Instructions for the task -> Give the data again exactly, from its opening line through the line in which "f 30 394 392" appears.
-- Data in this exercise follows --
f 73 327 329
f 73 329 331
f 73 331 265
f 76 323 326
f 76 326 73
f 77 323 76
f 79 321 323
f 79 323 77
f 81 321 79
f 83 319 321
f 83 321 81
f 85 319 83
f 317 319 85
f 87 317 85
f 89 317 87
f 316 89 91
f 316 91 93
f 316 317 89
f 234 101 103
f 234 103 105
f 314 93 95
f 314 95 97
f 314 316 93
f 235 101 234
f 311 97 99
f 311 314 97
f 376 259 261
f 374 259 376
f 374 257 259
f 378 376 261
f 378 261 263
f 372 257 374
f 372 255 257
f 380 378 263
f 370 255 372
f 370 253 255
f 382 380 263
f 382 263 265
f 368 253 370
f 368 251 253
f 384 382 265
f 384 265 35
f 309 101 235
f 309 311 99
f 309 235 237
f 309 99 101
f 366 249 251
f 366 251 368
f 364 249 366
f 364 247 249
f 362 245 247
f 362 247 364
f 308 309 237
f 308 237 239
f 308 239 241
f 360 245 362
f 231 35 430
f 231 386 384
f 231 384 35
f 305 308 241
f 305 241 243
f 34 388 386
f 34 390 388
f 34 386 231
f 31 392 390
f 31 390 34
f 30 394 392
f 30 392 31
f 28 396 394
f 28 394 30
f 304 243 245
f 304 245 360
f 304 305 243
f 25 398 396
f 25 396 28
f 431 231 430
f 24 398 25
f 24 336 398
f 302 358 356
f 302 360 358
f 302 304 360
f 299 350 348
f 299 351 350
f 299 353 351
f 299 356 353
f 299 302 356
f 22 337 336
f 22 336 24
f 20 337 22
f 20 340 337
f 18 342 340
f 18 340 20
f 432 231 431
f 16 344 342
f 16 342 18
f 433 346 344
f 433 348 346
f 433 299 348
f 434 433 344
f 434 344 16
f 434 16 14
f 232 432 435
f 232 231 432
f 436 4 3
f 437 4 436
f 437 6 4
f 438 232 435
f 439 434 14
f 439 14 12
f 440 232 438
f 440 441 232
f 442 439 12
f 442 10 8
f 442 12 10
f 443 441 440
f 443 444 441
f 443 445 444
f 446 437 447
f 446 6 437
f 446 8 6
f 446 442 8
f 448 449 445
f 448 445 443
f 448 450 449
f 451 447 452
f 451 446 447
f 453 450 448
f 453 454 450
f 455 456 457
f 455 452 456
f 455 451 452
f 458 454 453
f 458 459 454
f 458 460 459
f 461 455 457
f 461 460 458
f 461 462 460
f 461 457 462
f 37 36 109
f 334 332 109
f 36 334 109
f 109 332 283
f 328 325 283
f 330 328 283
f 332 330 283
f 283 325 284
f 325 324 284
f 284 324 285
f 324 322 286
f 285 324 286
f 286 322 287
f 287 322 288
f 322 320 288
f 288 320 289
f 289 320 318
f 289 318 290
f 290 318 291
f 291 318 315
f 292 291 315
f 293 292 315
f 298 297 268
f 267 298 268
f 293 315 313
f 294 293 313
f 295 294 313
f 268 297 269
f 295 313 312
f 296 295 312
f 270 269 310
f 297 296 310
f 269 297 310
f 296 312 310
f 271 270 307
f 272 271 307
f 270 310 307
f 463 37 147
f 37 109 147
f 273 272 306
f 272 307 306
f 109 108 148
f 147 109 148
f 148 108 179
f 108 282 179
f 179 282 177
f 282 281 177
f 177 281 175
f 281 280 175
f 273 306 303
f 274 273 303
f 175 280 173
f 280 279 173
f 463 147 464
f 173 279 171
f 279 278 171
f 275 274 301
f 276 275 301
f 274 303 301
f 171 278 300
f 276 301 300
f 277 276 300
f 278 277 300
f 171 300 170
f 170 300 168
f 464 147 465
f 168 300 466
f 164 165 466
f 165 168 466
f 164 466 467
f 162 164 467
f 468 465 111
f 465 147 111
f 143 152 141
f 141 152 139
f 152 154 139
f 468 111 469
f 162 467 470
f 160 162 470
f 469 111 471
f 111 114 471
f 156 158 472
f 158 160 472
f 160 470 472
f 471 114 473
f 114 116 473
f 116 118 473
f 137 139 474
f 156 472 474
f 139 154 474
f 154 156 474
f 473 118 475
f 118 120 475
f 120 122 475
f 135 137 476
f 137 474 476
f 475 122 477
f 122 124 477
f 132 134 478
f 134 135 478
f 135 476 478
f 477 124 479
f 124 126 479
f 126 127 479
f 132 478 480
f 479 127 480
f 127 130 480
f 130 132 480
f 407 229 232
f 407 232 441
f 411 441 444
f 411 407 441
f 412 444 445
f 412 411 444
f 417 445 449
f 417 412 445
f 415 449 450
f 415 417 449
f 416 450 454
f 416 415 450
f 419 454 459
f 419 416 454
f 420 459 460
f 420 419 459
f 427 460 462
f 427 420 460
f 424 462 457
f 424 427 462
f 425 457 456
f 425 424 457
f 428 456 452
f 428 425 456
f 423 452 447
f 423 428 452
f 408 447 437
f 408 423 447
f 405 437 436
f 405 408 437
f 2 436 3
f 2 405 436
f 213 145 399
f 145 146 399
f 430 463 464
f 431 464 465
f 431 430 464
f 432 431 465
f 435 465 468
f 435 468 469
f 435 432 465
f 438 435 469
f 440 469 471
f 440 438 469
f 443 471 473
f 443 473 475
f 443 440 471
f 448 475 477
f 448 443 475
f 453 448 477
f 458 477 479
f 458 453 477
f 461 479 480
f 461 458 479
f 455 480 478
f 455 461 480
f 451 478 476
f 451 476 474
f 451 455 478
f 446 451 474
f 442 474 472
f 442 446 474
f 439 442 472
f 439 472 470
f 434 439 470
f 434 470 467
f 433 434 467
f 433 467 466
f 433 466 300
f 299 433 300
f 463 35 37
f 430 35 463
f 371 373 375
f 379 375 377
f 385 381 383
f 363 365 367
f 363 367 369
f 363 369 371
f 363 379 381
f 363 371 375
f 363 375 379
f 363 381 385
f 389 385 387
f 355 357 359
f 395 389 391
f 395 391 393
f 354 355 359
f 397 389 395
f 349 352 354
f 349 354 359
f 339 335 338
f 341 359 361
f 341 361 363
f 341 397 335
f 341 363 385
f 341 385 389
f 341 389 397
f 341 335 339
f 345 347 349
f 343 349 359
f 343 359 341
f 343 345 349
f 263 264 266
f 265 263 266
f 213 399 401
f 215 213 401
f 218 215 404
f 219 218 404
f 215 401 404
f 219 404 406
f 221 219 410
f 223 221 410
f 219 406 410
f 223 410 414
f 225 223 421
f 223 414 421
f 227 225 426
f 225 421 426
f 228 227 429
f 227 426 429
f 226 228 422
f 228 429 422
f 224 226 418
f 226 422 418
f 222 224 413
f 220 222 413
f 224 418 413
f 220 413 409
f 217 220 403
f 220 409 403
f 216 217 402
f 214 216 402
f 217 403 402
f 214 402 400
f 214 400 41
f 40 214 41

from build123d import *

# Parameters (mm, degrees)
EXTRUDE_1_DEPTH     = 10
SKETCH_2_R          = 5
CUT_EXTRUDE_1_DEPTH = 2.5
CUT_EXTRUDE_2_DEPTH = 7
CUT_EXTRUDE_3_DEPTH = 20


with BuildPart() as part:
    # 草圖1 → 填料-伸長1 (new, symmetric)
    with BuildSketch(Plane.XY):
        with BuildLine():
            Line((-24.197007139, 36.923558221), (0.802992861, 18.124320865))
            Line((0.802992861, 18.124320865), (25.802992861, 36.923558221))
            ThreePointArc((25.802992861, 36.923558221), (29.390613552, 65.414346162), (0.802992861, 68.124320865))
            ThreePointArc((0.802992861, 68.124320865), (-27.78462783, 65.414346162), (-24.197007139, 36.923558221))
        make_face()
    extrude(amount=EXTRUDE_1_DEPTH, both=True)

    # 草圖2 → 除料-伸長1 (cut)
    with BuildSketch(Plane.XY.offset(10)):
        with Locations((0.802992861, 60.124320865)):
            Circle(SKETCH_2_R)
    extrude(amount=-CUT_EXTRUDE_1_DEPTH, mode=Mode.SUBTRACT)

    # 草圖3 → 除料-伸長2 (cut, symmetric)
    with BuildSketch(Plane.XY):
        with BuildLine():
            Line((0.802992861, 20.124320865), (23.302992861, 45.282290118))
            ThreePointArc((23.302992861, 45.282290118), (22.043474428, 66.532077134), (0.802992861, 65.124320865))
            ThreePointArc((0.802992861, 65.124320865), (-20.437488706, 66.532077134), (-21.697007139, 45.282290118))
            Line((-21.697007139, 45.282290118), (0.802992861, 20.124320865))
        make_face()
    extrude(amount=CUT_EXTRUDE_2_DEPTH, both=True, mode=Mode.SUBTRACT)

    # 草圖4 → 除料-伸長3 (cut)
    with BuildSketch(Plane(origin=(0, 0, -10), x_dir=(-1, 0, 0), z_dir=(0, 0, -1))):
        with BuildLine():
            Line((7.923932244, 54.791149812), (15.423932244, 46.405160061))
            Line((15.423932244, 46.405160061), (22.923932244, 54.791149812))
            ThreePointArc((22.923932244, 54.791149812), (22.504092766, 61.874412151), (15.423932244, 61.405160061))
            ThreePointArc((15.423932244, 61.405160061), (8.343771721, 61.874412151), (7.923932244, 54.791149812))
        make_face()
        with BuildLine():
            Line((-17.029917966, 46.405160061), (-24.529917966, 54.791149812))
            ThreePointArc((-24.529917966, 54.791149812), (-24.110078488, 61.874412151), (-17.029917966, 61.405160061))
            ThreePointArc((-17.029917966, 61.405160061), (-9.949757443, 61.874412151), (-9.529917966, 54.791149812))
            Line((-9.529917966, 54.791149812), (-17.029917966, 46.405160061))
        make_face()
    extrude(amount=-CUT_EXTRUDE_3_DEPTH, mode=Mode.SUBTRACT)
-- Data in this exercise concluded --
Output of the exercise ->
f 73 327 329
f 73 329 331
f 73 331 265
f 76 323 326
f 76 326 73
f 77 323 76
f 79 321 323
f 79 323 77
f 81 321 79
f 83 319 321
f 83 321 81
f 85 319 83
f 317 319 85
f 87 317 85
f 89 317 87
f 316 89 91
f 316 91 93
f 316 317 89
f 234 101 103
f 234 103 105
f 314 93 95
f 314 95 97
f 314 316 93
f 235 101 234
f 311 97 99
f 311 314 97
f 376 259 261
f 374 259 376
f 374 257 259
f 378 376 261
f 378 261 263
f 372 257 374
f 372 255 257
f 380 378 263
f 370 255 372
f 370 253 255
f 382 380 263
f 382 263 265
f 368 253 370
f 368 251 253
f 384 382 265
f 384 265 35
f 309 101 235
f 309 311 99
f 309 235 237
f 309 99 101
f 366 249 251
f 366 251 368
f 364 249 366
f 364 247 249
f 362 245 247
f 362 247 364
f 308 309 237
f 308 237 239
f 308 239 241
f 360 245 362
f 231 35 430
f 231 386 384
f 231 384 35
f 305 308 241
f 305 241 243
f 34 388 386
f 34 390 388
f 34 386 231
f 31 392 390
f 31 390 34
f 30 394 392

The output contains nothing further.